DISCUSSION
Nearly 3% of individuals >80 years in the US population chronically use corticosteroids for a medical condition,8 and this rate is likely higher in specific subsets of patients, such as those with rheumatoid arthritis.9 While some studies have assessed the impact of intra-articular corticosteroid hip injections on perioperative outcomes in THA,17 similar studies assessing systemic corticosteroid usage are lacking. The purpose of this study was to characterize short-term perioperative outcomes in patients undergoing THA who chronically use systemic steroids when compared with those who do not. We found that the prevalence of preoperative chronic steroid use in this cohort of THA patients was 3.7%. We also identified increased rates of infectious complications, including sepsis, UTI, and superficial SSI, in patients who used preoperative corticosteroids. Furthermore, we found an increased rate of hospital readmissions in corticosteroid users and identified the most common reason for hospital readmission as infectious complications in this cohort.
The primary finding of this study was an increase in postoperative infections in patients who use preoperative steroids chronically for medical conditions. Immunosuppression has previously been identified as a risk factor for developing periprosthetic joint infections. Tannenbaum and colleagues27 performed a retrospective study of 19 patients who underwent either a kidney or liver transplant and were maintained on an induction regimen of either prednisone and azathioprine or cyclosporine.
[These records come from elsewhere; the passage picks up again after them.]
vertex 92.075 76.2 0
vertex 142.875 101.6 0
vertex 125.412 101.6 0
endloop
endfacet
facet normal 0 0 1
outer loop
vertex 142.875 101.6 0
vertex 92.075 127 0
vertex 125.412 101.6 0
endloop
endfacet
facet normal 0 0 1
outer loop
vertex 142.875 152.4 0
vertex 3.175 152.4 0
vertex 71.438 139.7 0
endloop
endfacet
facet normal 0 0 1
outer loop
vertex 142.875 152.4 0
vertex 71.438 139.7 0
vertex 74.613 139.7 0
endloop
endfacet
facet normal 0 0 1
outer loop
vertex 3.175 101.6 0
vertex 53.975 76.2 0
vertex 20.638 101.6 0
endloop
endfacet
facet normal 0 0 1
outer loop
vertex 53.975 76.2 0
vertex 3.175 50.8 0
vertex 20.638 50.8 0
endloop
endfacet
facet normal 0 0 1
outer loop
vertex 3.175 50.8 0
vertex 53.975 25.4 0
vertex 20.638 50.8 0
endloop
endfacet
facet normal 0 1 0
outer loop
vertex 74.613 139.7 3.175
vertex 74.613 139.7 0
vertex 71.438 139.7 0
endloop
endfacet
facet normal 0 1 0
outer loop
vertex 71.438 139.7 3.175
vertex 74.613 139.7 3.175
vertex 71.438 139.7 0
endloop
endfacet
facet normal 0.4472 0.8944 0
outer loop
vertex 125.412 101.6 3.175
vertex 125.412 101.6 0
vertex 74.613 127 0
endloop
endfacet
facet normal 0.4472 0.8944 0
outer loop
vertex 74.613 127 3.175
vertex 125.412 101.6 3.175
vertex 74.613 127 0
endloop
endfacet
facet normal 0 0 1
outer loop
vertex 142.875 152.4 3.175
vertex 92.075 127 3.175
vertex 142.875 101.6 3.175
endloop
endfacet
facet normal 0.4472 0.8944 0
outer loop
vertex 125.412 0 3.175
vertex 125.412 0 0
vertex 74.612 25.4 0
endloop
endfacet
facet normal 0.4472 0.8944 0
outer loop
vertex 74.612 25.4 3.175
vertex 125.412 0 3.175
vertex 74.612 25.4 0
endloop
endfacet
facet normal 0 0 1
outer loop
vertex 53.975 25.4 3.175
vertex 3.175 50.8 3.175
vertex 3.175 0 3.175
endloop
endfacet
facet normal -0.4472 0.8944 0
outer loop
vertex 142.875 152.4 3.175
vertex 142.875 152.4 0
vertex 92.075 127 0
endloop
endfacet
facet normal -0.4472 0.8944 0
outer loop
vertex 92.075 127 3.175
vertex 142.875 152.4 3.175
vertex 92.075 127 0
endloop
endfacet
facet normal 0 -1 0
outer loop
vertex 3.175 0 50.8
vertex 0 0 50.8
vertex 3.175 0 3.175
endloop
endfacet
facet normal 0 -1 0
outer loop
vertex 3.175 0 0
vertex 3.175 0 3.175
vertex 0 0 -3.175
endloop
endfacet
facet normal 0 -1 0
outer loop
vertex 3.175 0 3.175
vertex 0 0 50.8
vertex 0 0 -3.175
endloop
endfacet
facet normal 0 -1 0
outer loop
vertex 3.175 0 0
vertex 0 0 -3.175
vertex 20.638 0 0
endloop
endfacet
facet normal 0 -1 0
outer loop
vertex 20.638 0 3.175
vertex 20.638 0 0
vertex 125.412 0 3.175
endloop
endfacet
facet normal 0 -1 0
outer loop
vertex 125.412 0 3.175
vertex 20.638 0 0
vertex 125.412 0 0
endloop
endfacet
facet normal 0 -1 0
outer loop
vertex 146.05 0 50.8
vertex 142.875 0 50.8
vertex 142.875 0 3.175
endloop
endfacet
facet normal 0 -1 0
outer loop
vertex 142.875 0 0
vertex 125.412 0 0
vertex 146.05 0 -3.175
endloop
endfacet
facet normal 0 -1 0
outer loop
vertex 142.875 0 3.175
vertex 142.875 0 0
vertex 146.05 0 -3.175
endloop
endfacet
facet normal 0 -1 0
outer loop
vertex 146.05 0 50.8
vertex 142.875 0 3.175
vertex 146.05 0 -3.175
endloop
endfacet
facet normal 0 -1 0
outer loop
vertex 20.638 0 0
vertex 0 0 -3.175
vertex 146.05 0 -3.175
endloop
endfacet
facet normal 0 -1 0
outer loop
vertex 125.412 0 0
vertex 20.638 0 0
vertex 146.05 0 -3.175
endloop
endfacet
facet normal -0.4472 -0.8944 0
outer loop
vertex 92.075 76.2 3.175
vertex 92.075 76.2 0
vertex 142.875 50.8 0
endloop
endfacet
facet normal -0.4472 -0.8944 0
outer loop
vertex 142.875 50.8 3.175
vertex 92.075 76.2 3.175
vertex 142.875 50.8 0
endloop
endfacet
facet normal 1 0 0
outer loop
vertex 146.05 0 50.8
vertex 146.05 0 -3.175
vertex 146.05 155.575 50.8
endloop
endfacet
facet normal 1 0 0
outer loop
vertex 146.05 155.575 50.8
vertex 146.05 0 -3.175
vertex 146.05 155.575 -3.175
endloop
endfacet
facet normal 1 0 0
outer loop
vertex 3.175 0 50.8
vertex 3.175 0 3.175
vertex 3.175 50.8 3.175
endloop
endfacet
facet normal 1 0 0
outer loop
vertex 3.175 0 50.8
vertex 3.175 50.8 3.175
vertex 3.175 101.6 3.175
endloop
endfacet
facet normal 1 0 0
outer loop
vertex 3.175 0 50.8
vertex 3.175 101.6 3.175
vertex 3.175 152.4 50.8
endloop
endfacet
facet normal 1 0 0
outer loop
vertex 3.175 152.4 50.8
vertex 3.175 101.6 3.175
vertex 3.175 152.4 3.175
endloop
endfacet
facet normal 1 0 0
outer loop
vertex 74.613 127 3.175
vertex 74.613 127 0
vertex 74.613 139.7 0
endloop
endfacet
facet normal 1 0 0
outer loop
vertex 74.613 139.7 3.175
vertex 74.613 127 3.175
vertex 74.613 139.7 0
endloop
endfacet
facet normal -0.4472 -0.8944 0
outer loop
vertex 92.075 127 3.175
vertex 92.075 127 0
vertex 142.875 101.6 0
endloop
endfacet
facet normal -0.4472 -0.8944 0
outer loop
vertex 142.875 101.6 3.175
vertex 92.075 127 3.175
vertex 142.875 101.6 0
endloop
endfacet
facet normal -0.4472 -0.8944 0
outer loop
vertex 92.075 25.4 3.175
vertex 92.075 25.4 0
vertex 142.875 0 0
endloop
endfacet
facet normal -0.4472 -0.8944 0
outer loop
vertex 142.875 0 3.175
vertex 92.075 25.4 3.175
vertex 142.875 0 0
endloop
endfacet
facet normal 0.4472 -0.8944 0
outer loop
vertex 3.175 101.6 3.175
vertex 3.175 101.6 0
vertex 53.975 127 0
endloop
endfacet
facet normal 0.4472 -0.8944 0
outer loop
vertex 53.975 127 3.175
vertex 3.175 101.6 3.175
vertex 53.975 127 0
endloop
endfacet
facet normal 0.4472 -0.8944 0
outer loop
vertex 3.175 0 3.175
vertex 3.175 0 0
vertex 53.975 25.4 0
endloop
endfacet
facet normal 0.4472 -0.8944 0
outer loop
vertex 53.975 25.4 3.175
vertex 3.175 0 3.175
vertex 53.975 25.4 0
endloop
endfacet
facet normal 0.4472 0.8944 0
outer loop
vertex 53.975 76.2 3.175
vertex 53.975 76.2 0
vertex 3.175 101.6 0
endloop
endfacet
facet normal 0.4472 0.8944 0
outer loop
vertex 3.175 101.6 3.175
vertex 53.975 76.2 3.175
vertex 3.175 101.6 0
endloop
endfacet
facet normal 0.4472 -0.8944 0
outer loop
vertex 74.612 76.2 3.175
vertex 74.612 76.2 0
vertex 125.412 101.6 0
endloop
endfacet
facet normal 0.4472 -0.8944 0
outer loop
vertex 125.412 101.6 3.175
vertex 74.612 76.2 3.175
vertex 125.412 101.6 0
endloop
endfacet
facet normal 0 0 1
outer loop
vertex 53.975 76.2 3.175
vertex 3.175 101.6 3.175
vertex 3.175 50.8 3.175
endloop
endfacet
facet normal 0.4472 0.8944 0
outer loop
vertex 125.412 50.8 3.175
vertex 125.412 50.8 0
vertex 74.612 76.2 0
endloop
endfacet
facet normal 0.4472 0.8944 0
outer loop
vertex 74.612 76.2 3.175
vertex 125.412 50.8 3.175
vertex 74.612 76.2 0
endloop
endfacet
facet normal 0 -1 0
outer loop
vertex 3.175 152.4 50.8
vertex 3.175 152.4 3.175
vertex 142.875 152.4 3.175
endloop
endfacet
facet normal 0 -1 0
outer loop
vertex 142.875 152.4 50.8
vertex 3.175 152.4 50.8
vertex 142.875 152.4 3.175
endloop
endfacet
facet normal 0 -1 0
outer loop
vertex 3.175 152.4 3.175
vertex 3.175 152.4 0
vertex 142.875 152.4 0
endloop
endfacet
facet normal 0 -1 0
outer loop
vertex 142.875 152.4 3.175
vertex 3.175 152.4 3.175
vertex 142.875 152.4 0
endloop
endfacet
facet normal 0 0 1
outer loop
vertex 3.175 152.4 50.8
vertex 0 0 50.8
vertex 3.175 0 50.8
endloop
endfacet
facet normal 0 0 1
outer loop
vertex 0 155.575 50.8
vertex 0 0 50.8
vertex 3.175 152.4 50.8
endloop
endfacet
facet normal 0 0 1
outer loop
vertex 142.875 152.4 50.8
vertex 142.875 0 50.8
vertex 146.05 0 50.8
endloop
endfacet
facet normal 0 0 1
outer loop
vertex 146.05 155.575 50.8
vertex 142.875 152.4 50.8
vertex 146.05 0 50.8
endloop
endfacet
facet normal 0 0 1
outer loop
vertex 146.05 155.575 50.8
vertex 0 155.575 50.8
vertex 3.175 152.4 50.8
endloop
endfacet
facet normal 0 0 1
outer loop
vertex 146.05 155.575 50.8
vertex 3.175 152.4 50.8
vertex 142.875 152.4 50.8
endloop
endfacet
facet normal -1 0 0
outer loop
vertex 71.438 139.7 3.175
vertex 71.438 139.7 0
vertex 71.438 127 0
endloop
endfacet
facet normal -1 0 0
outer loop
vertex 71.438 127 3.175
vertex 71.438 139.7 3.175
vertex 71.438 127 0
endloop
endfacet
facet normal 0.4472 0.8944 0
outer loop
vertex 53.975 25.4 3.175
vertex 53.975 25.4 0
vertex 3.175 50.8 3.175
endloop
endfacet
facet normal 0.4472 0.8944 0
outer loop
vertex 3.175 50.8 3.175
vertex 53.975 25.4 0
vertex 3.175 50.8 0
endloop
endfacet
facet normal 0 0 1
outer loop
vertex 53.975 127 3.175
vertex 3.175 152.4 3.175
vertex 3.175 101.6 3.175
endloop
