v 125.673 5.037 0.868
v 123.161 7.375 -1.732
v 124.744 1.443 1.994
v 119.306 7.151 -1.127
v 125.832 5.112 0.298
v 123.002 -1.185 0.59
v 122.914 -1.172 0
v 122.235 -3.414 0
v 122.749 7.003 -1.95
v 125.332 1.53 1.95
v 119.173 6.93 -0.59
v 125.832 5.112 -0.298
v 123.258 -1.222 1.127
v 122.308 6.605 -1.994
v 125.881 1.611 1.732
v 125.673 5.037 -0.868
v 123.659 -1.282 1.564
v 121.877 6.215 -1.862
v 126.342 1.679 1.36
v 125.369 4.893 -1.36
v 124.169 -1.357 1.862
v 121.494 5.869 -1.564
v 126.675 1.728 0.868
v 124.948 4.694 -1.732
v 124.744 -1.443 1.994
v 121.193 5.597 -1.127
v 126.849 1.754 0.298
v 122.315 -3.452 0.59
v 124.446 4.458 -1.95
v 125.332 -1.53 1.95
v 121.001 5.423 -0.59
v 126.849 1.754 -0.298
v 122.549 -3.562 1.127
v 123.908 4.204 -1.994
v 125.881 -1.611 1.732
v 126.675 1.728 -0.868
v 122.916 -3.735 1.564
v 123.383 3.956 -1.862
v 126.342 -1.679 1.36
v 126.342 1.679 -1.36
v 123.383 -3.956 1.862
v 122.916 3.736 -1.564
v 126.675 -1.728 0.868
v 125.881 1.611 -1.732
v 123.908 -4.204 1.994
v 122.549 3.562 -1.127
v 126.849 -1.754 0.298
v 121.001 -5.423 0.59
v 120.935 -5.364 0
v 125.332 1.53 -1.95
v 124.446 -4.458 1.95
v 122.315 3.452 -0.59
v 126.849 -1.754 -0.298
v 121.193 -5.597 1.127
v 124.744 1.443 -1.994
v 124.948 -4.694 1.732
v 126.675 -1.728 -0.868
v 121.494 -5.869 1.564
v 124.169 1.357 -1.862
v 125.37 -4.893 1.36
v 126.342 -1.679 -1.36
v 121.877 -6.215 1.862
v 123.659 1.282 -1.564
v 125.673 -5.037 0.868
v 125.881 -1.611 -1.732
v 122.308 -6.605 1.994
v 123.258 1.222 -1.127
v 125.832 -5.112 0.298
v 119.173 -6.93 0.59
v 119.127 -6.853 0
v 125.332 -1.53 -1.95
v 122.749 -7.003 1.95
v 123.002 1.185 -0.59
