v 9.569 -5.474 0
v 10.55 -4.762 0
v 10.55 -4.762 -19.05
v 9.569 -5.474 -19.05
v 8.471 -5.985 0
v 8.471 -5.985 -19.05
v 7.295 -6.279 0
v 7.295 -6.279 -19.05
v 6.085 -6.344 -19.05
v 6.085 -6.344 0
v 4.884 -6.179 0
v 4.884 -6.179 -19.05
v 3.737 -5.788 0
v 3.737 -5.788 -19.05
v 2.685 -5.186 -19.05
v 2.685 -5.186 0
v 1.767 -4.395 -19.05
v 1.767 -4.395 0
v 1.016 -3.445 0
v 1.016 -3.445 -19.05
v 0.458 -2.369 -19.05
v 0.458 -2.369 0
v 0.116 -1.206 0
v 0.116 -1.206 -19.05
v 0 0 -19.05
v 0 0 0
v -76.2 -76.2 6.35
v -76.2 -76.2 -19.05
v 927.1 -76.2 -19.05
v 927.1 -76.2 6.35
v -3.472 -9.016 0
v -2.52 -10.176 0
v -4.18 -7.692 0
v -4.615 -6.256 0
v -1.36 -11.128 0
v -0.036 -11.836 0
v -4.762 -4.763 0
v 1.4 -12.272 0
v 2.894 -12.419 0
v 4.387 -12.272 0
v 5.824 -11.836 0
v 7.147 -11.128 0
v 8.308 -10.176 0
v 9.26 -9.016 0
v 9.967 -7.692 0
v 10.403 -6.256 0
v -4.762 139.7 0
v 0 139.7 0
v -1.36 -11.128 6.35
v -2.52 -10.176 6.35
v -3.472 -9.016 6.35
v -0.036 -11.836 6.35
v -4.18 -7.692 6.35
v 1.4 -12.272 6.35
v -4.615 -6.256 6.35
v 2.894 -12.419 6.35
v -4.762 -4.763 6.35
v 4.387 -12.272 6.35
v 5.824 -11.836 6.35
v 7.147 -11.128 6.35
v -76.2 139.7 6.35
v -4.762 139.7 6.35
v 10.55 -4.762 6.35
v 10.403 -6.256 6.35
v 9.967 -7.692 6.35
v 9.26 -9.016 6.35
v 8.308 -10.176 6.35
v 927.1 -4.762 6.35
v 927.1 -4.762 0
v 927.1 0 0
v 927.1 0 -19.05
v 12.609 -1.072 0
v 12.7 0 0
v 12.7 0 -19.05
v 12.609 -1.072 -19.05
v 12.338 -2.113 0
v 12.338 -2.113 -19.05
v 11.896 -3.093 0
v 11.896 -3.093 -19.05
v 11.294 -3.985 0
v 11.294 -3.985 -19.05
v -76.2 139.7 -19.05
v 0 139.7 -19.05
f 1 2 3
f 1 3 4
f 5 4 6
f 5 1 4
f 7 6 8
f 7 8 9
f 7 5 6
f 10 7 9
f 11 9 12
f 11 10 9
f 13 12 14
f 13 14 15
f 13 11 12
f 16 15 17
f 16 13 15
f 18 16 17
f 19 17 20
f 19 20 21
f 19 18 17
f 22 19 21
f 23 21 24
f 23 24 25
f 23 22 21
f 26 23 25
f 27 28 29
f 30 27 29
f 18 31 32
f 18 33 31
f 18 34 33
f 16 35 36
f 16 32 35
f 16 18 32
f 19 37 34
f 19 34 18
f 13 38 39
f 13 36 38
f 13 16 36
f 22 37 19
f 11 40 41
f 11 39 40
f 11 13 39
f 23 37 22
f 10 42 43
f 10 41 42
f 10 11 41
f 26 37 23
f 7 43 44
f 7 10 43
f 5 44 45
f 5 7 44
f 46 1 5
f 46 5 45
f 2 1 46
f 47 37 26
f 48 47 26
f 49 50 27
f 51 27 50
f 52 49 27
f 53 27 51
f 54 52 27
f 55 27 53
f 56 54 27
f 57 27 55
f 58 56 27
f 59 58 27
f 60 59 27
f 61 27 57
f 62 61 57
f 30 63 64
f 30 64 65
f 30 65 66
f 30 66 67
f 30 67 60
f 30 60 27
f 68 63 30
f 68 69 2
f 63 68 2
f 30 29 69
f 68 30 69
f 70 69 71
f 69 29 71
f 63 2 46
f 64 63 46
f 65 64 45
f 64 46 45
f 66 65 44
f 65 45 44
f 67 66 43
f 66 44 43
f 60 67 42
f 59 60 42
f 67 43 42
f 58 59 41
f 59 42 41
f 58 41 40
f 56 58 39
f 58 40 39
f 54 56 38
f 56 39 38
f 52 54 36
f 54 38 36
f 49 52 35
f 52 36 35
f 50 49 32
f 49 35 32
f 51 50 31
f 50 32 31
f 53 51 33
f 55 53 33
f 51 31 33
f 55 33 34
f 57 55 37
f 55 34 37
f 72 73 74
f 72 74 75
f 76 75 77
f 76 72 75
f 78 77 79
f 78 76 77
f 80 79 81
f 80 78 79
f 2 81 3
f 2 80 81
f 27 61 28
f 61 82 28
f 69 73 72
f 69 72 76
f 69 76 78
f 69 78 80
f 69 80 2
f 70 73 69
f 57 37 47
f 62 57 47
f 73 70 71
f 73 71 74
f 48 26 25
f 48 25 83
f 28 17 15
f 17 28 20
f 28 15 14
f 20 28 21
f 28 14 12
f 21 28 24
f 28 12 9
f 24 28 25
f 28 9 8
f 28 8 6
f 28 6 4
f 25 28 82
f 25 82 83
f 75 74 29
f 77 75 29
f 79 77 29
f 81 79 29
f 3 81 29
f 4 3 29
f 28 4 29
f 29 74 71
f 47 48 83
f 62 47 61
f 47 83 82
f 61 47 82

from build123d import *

# Parameters (mm, degrees)
F1_DEPTH = 19.05
F2_DEPTH = 6.35


# Not quite as in the source:
# - a length typed as a fraction of an inch, garbled in the dataset ("3 / 203.2 mm" for 3/8 in), is restored


with BuildPart() as f1:
    # F0 (on Top) → F1 (new body)
    with BuildSketch(Plane.XY):
        with BuildLine():
            Line((927.1, 0), (12.7, 0))
            ThreePointArc((12.7, 0), (12.1376302063, -2.6126302063), (10.5501302063, -4.7625))
            Line((10.5501302063, -4.7625), (927.1, -4.7625))
            Line((927.1, -4.7625), (927.1, 0))
        make_face()
        with BuildLine():
            Line((927.1, -4.7625), (10.5501302063, -4.7625))
            ThreePointArc((10.5501302063, -4.7625), (2.8938151032, -12.4188151032), (-4.7625, -4.7625))
            Line((-4.7625, -4.7625), (-4.7625, 139.7))
            Line((-4.7625, 139.7), (-76.2, 139.7))
            Line((-76.2, 139.7), (-76.2, -76.2))
            Line((-76.2, -76.2), (927.1, -76.2))
            Line((927.1, -76.2), (927.1, -4.7625))
        make_face()
        with BuildLine():
            ThreePointArc((-4.7625, -4.7625), (2.8938151032, -12.4188151032), (10.5501302063, -4.7625))
            ThreePointArc((10.5501302063, -4.7625), (3.7373697937, -5.7876302063), (0, 0))
            Line((0, 0), (0, 139.7))
            Line((0, 139.7), (-4.7625, 139.7))
            Line((-4.7625, 139.7), (-4.7625, -4.7625))
        make_face()
    extrude(amount=-F1_DEPTH)

    # F0 (on Top) → F2 (join)
    with BuildSketch(Plane.XY):
        with BuildLine():
            Line((927.1, -4.7625), (10.5501302063, -4.7625))
            ThreePointArc((10.5501302063, -4.7625), (2.8938151032, -12.4188151032), (-4.7625, -4.7625))
            Line((-4.7625, -4.7625), (-4.7625, 139.7))
            Line((-4.7625, 139.7), (-76.2, 139.7))
            Line((-76.2, 139.7), (-76.2, -76.2))
            Line((-76.2, -76.2), (927.1, -76.2))
            Line((927.1, -76.2), (927.1, -4.7625))
        make_face()
    extrude(amount=F2_DEPTH)


solid = f1.part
These 19 patients also underwent either a THA or total knee arthroplasty, and 5 of these patients (26.3%) developed a periprosthetic joint infection after an average of 3.4 years following the arthroplasty procedure. In another study of 37 renal transplant and dialysis patients who underwent a total of 45 THA procedures, there were 3 instances of superficial SSI and 2 instances of deep SSI.28 However, reported infection rates in transplant patients undergoing THA vary significantly, and studies have been unable to assess the true impact that chronic immunosuppression has on perioperative infection rates.29 In this study, patients who used preoperative corticosteroids chronically were at increased risk of perioperative infections, including sepsis, UTI, and superficial SSI.
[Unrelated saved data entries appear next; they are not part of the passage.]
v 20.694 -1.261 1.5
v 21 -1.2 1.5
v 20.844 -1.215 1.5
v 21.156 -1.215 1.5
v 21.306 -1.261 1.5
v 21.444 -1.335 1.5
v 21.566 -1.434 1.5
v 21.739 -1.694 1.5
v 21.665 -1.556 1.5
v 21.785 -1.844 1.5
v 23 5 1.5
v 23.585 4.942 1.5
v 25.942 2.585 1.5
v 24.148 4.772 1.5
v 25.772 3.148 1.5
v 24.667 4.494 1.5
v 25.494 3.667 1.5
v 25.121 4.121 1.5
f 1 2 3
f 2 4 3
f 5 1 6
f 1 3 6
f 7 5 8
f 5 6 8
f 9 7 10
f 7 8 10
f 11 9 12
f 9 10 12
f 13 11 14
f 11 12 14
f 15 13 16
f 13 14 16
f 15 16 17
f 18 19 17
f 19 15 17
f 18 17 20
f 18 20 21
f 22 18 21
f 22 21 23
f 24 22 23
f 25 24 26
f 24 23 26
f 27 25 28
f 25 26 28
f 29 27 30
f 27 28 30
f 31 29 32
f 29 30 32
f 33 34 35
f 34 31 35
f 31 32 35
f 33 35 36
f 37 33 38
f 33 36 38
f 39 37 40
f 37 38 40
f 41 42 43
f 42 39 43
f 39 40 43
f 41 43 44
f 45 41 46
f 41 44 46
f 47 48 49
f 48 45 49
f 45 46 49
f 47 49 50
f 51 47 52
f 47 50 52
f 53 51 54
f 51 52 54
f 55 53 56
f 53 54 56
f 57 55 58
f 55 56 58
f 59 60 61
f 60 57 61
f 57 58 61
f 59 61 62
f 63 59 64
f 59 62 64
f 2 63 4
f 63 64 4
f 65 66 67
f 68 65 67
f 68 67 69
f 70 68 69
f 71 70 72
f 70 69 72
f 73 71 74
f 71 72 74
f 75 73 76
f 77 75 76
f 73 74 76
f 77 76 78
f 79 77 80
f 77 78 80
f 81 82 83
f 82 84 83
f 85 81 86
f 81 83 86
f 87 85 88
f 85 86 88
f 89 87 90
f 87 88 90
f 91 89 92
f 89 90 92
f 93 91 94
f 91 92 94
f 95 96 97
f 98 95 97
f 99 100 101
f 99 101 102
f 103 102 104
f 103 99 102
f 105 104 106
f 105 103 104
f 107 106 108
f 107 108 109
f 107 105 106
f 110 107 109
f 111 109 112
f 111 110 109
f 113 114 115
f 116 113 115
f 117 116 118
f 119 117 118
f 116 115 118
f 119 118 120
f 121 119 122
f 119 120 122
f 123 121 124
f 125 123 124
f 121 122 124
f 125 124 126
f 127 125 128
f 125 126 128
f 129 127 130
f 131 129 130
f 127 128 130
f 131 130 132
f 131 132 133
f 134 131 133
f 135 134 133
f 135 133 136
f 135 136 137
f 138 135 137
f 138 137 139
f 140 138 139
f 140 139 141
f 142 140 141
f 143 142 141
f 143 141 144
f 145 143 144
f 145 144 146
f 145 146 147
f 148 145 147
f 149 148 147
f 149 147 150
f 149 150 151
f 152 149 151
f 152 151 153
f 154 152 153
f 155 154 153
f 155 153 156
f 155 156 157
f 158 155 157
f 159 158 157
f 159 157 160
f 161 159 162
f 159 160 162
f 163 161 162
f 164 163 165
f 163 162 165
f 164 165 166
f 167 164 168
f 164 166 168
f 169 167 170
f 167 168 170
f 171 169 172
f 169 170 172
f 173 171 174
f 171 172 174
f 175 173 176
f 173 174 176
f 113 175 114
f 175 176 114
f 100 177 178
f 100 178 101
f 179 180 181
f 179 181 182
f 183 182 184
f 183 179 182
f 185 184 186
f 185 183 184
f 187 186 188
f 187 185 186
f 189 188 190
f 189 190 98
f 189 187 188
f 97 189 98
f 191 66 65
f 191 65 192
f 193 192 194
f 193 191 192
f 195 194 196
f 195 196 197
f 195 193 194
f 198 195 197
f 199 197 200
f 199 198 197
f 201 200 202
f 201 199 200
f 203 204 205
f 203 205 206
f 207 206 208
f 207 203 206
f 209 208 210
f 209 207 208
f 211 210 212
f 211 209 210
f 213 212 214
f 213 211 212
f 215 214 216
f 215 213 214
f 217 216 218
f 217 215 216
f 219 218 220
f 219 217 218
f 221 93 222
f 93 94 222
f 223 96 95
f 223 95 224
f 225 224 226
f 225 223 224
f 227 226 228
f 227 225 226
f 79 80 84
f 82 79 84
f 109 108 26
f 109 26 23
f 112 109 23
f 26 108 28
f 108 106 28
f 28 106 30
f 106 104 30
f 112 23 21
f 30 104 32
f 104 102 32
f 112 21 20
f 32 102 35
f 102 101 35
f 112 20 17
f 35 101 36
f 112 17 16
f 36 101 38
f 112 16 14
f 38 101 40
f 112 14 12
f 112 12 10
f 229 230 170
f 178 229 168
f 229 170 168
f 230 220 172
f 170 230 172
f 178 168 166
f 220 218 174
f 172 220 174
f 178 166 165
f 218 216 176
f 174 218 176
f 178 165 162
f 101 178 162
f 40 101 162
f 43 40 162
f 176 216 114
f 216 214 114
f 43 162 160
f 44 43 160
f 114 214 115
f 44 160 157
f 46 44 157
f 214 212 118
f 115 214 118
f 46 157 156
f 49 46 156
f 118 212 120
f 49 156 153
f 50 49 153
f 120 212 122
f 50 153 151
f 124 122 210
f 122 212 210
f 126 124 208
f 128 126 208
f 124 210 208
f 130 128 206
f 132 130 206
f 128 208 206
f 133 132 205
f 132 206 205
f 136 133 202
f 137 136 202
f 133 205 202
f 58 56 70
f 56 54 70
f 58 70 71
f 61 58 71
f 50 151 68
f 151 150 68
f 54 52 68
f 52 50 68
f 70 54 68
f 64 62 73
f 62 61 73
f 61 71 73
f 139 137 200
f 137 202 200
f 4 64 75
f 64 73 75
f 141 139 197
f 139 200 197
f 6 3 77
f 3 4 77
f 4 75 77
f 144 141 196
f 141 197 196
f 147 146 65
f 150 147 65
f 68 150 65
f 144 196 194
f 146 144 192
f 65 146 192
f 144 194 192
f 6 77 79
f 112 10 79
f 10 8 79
Deep vein thrombosis is another postoperative complication that has been associated with chronic steroid use.30 In a case-control study of 38,765 patients who developed a venous thromboembolism and 387,650 control patients who did not, Johannesdottir and colleagues30 found an increased thromboembolic risk in current users of systemic glucocorticoids, but not former users, as well as an increased risk as the dose of glucocorticoids increased. We were not able to identify a similar increase in DVT/PE in chronic corticosteroid users, perhaps due to our sample size, or because we could not do subgroup analyses based on the type or dosage of steroid that a patient was taking. Future studies that identify the highest risk patients among those using systemic corticosteroids are important because parenteral corticosteroids are being increasingly used in THA to alleviate postoperative pain as an opioid-sparing measure.31,32
Finally, we also found that patients who use chronic, systemic corticosteroids are at an increased risk for hospital readmission, when compared with those patients who are not using steroids and are most likely to be readmitted for an infectious complication. Schairer and colleagues33 assessed readmission rates after THA and found 30- and 90-day readmission rate of 4% and 7%, respectively. These authors also found that medical complications accounted for approximately 25% of readmissions, and hip-related complications (eg, dislocation, SSI) accounted for >50%. In our study, we found a 30-day readmission rate in non-steroid users of 3.53% and a rate of 6.52% in chronic steroid users. More than 30% of patients using a steroid were readmitted for infectious complications. As THA is becoming increasingly reimbursed under a bundled payments model by Medicare and Medicaid,34-36 reducing short-term readmissions is imperative. Therefore, discharge counseling that emphasizes how to recognize both the signs and symptoms of infection as well as how to prevent infections, such as reducing SSIs through appropriate wound care, may be warranted in higher risk chronic steroid users.
This study has a number of limitations that are inherent to ACS-NSQIP. First, we lacked specific information on a patient’s steroid history, including which corticosteroid they were using, dosage, frequency, and the indication for corticosteroid therapy. Therefore, we were unable to establish a dose-dependent relationship between steroid exposure and postoperative complications after THA. Second, we were able to assess only 30-day rates of complications and readmissions, and therefore, we were unable to identify intermediate- and long-term effects of systemic corticosteroid use on THA. Finally, we could not determine orthopedic- or hip-specific postoperative outcomes, such as functional scores and range of motion.